Extracted data entries:
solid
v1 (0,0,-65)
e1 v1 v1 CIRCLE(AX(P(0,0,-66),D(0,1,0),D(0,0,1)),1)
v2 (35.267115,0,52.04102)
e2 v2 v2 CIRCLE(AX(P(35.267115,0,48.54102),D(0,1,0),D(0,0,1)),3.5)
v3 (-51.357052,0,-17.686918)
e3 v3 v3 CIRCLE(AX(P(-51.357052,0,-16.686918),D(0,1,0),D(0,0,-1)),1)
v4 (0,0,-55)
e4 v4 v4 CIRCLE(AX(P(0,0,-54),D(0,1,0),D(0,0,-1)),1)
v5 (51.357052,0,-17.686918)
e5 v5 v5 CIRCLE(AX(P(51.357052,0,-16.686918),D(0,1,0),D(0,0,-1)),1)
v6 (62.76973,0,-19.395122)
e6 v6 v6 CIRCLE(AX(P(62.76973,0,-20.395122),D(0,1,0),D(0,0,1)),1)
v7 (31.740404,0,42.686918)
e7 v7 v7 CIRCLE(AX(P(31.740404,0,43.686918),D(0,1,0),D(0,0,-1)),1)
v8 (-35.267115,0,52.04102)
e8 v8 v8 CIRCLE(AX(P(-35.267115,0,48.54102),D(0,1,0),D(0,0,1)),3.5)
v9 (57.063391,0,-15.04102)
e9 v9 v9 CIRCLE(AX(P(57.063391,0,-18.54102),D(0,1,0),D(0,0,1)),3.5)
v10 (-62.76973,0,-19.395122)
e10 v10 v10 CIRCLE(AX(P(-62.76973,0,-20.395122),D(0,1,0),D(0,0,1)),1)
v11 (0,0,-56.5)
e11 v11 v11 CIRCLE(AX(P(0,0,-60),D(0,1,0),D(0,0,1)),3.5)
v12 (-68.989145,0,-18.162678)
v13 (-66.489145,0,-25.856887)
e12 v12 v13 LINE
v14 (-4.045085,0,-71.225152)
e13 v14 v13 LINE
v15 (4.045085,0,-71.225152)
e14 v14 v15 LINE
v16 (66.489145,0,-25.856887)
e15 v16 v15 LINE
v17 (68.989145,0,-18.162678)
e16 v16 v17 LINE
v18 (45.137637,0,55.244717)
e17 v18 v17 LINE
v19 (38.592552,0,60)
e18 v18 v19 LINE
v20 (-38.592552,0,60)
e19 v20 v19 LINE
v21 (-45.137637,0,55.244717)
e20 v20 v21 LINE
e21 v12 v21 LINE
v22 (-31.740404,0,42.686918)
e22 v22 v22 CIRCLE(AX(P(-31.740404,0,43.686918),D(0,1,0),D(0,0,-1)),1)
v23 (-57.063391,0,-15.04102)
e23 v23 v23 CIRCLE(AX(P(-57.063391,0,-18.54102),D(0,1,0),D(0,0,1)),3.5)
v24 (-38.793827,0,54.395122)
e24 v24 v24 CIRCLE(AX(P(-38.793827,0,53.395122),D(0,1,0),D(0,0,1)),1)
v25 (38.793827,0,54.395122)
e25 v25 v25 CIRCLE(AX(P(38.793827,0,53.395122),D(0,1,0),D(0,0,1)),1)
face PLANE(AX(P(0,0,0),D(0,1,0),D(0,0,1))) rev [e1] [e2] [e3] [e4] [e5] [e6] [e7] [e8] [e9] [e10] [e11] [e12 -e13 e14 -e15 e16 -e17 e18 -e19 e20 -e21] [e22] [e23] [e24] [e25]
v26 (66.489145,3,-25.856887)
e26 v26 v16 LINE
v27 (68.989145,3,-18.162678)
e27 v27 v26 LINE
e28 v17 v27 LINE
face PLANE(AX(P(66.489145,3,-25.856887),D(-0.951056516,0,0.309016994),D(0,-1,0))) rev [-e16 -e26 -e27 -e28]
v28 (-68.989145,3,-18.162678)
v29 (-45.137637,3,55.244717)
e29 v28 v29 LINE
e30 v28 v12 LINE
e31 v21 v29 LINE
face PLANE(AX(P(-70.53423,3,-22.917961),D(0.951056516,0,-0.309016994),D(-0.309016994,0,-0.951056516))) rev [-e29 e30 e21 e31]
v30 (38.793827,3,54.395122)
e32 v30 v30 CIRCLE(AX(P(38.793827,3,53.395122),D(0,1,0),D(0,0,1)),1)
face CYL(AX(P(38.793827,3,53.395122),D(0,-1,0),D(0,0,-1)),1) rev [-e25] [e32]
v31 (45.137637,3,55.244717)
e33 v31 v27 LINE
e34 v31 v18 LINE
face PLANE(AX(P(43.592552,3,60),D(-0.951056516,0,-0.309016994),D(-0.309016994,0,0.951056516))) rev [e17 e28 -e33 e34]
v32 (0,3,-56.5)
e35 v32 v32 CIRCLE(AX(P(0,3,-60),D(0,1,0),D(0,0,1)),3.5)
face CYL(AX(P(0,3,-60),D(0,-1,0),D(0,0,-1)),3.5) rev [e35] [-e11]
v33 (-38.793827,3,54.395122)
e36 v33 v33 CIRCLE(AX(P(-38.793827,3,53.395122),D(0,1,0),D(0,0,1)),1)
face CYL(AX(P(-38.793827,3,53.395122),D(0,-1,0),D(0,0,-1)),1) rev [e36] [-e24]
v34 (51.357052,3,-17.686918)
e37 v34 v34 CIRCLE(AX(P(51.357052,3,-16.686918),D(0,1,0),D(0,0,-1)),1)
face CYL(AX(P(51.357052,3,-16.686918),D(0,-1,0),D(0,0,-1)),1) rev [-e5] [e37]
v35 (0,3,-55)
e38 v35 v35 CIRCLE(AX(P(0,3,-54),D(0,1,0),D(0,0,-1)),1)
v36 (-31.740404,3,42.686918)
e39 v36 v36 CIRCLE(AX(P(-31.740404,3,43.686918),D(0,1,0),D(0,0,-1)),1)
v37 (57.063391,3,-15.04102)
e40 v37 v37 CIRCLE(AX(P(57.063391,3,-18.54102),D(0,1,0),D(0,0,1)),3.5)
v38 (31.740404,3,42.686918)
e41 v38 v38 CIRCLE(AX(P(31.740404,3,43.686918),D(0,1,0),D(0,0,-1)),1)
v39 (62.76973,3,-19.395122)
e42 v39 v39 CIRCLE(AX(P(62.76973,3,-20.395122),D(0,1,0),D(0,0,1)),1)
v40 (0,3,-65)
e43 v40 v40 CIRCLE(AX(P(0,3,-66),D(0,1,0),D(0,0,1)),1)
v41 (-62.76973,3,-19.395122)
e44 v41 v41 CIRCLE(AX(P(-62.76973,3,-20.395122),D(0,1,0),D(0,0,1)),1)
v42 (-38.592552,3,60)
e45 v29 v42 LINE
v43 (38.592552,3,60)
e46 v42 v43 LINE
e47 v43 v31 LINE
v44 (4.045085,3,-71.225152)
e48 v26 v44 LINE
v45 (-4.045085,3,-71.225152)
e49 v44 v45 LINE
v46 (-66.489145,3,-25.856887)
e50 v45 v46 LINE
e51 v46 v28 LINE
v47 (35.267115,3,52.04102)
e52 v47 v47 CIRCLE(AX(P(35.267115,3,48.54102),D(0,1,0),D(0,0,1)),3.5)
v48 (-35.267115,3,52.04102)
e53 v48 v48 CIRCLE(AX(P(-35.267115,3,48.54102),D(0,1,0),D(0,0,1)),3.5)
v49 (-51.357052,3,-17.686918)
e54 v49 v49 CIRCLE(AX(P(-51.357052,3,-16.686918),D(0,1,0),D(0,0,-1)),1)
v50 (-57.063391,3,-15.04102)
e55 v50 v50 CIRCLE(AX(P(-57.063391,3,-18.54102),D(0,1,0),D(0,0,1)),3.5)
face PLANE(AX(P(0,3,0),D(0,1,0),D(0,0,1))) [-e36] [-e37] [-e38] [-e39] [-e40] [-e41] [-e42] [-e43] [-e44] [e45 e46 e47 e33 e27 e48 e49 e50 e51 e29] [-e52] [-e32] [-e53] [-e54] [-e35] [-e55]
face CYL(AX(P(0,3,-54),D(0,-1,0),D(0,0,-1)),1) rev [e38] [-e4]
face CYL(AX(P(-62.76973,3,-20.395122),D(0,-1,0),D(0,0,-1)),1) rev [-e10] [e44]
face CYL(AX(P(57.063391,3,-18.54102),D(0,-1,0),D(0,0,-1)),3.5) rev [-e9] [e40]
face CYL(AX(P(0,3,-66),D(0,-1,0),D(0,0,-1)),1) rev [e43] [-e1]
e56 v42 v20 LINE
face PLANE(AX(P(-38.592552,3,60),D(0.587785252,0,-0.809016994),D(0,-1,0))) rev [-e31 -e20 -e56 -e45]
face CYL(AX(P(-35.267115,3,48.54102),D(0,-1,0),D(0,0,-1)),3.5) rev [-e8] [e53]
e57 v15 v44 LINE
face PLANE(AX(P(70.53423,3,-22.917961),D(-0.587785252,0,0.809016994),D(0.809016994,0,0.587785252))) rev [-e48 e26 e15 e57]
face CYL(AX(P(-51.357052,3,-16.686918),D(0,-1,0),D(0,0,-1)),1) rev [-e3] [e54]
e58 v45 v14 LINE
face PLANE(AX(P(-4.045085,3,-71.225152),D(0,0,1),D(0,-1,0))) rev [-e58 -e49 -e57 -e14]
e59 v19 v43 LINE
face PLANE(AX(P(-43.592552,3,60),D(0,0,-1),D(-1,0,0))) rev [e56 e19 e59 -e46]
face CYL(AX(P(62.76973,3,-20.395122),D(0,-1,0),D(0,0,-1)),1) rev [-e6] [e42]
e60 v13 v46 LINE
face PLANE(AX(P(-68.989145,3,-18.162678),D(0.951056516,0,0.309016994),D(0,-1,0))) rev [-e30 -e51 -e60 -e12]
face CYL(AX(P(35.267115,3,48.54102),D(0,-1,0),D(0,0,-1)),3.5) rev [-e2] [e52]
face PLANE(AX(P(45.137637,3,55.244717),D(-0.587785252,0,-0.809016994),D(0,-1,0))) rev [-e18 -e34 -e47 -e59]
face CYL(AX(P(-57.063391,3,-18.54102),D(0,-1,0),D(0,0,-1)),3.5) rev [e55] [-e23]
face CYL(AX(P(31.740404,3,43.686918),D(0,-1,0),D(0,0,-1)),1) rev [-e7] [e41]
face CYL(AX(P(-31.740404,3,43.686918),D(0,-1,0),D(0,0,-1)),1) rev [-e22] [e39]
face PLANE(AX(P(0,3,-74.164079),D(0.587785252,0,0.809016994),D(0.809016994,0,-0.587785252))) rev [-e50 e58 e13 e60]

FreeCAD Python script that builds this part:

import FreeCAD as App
import Part
import Sketcher
from FreeCAD import Vector
Q = App.Units.Quantity


def edges_at(feature, points):
    """Names of the edges that pass closest to the given points."""
    edges = feature.Shape.Edges
    near = lambda p: min(range(len(edges)), key=lambda i: edges[i].distToShape(Part.Vertex(*p))[0])
    return sorted({f"Edge{near(p) + 1}" for p in points})


def add_polygon(sketch, points):
    """Adds a closed chain of lines whose ends are joined by coincident constraints."""
    first, n = sketch.GeometryCount, len(points)
    for a, b in zip(points, points[1:] + points[:1]):
        sketch.addGeometry(Part.LineSegment(App.Vector(*a, 0), App.Vector(*b, 0)), False)
    for i in range(n):
        sketch.addConstraint(Sketcher.Constraint("Coincident", first + i, 2, first + (i + 1) % n, 1))

doc = App.newDocument("Part")
params = doc.addObject("Spreadsheet::Sheet", "Params")
for row, (alias, value) in enumerate([
    ("sketch1_diameter", "2 mm"),
    ("sketch1_diameter2", "7 mm"),
    ("pad1_length", "3 mm"),
    ("chamfer_size", "5 mm"),
], start=1):
    params.set(f"A{row}", alias)
    params.set(f"B{row}", "=" + value)
    params.setAlias(f"B{row}", alias)

body = doc.addObject("PartDesign::Body", "Body")

sketch1 = body.newObject("Sketcher::SketchObject", "Sketch")
sketch1.AttachmentSupport = (doc.getObject("XZ_Plane"), [""])
sketch1.MapMode = "FlatFace"
add_polygon(sketch1, [(70.5, -22.9), (0, -74.2), (-70.5, -22.9), (-43.6, 60), (43.6, 60)])
sketch1.addGeometry(Part.Circle(Vector(-38.8, 53.4, 0), Vector(0, 0, 1), 1), False)
sketch1.addGeometry(Part.Circle(Vector(-35.3, 48.5, 0), Vector(0, 0, 1), 3.5), False)
sketch1.addGeometry(Part.Circle(Vector(-31.7, 43.7, 0), Vector(0, 0, 1), 1), False)
sketch1.addGeometry(Part.Circle(Vector(31.7, 43.7, 0), Vector(0, 0, 1), 1), False)
sketch1.addGeometry(Part.Circle(Vector(38.8, 53.4, 0), Vector(0, 0, 1), 1), False)
sketch1.addGeometry(Part.Circle(Vector(35.3, 48.5, 0), Vector(0, 0, 1), 3.5), False)
sketch1.addGeometry(Part.Circle(Vector(-62.8, -20.4, 0), Vector(0, 0, 1), 1), False)
sketch1.addGeometry(Part.Circle(Vector(-57.1, -18.5, 0), Vector(0, 0, 1), 3.5), False)
sketch1.addGeometry(Part.Circle(Vector(-51.4, -16.7, 0), Vector(0, 0, 1), 1), False)
sketch1.addGeometry(Part.Circle(Vector(51.4, -16.7, 0), Vector(0, 0, 1), 1), False)
sketch1.addGeometry(Part.Circle(Vector(57.1, -18.5, 0), Vector(0, 0, 1), 3.5), False)
sketch1.addGeometry(Part.Circle(Vector(62.8, -20.4, 0), Vector(0, 0, 1), 1), False)
sketch1.addGeometry(Part.Circle(Vector(0, -54, 0), Vector(0, 0, 1), 1), False)
sketch1.addGeometry(Part.Circle(Vector(0, -60, 0), Vector(0, 0, 1), 3.5), False)
sketch1.addGeometry(Part.Circle(Vector(0, -66, 0), Vector(0, 0, 1), 1), False)
sketch1.addConstraint([
    Sketcher.Constraint("Horizontal", 3),
    Sketcher.Constraint("Equal", 5, 7),
    Sketcher.Constraint("Equal", 7, 8),
    Sketcher.Constraint("Equal", 8, 9),
    Sketcher.Constraint("Equal", 6, 10),
    Sketcher.Constraint("Equal", 9, 11),
    Sketcher.Constraint("Equal", 10, 12),
    Sketcher.Constraint("Equal", 11, 13),
    Sketcher.Constraint("Equal", 13, 14),
    Sketcher.Constraint("Equal", 12, 15),
    Sketcher.Constraint("Equal", 14, 16),
    Sketcher.Constraint("Equal", 16, 17),
    Sketcher.Constraint("Equal", 15, 18),
    Sketcher.Constraint("Equal", 17, 19),
    Sketcher.Constraint("Symmetric", 7, 3, 8, 3, -2),
    Sketcher.Constraint("Symmetric", 5, 3, 9, 3, -2),
    Sketcher.Constraint("Symmetric", 6, 3, 10, 3, -2),
    Sketcher.Constraint("Symmetric", 13, 3, 14, 3, -2),
    Sketcher.Constraint("Symmetric", 12, 3, 15, 3, -2),
    Sketcher.Constraint("Symmetric", 11, 3, 16, 3, -2),
    Sketcher.Constraint("Symmetric", 1, 2, 4, 2, -2),
    Sketcher.Constraint("PointOnObject", 17, 3, -2),
    Sketcher.Constraint("PointOnObject", 18, 3, -2),
    Sketcher.Constraint("PointOnObject", 19, 3, -2),
    Sketcher.Constraint("PointOnObject", 0, 2, -2),
    Sketcher.Constraint("Equal", 1, 2),
    Sketcher.Constraint("Equal", 2, 4),
    Sketcher.Constraint("Diameter", 5, 2.0),
    Sketcher.Constraint("Diameter", 6, 7.0),
    Sketcher.Constraint("Angle", 0, Q("-144 deg")),
    Sketcher.Constraint("Angle", 2, Q("72 deg")),
    Sketcher.Constraint("DistanceY", 17, 3, -1, 1, 54.0),
    Sketcher.Constraint("DistanceY", 18, 3, -1, 1, 60.0),
    Sketcher.Constraint("DistanceY", 19, 3, -1, 1, 66.0),
    Sketcher.Constraint("DistanceY", -1, 1, 2, 2, 60.0),
    Sketcher.Constraint("DistanceY", 6, 3, 5, 3, 4.854102),
    Sketcher.Constraint("DistanceY", 7, 3, 6, 3, 4.854102),
    Sketcher.Constraint("DistanceY", 11, 3, 12, 3, 1.854102),
    Sketcher.Constraint("DistanceY", 12, 3, 13, 3, 1.854102),
    Sketcher.Constraint("DistanceX", 1, 2, 11, 3, 7.7645),
    Sketcher.Constraint("DistanceX", 13, 3, 2, 2, 7.7645),
    Sketcher.Constraint("DistanceX", 3, 1, 3, 2, 87.185103),
    Sketcher.Constraint("DistanceY", -1, 1, 5, 3, 53.395122),
    Sketcher.Constraint("DistanceY", 11, 3, -1, 1, 20.395122),
    Sketcher.Constraint("DistanceX", 12, 3, -1, 1, 57.063391),
    Sketcher.Constraint("DistanceX", 5, 3, 6, 3, 3.526712),
    Sketcher.Constraint("DistanceX", 6, 3, 7, 3, 3.526712),
    Sketcher.Constraint("DistanceX", 6, 3, 8, 3, 67.007519),
])
sketch1.setExpression("Constraints[32]", "Params.sketch1_diameter")
sketch1.setExpression("Constraints[33]", "Params.sketch1_diameter2")
pad1 = body.newObject("PartDesign::Pad", "Pad")
pad1.Profile = sketch1
pad1.setExpression("Length", "Params.pad1_length")
pad1.Reversed = True
doc.recompute()

chamfer = body.newObject("PartDesign::Chamfer", "Chamfer")
chamfer.Base = (pad1, edges_at(pad1, [
    (43.593, 1.5, 60),
    (-43.593, 1.5, 60),
    (-70.534, 1.5, -22.918),
    (0, 1.5, -74.164),
    (70.534, 1.5, -22.918),
]))
chamfer.setExpression("Size", "Params.chamfer_size")

doc.recompute()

• _WORK REQUIRED_: What are the lines, exactly as written above, from the line with "v8 v8 CIRCLE(AX(P(-35.267115,0,48.54102),D(0,1,0),D(0,0,1)),3.5)" to the line with "e11 v11 v11", both included? Output only those.

• _RESPONSE FOR THIS EXERCISE_:
e8 v8 v8 CIRCLE(AX(P(-35.267115,0,48.54102),D(0,1,0),D(0,0,1)),3.5)
v9 (57.063391,0,-15.04102)
e9 v9 v9 CIRCLE(AX(P(57.063391,0,-18.54102),D(0,1,0),D(0,0,1)),3.5)
v10 (-62.76973,0,-19.395122)
e10 v10 v10 CIRCLE(AX(P(-62.76973,0,-20.395122),D(0,1,0),D(0,0,1)),1)
v11 (0,0,-56.5)
e11 v11 v11 CIRCLE(AX(P(0,0,-60),D(0,1,0),D(0,0,1)),3.5)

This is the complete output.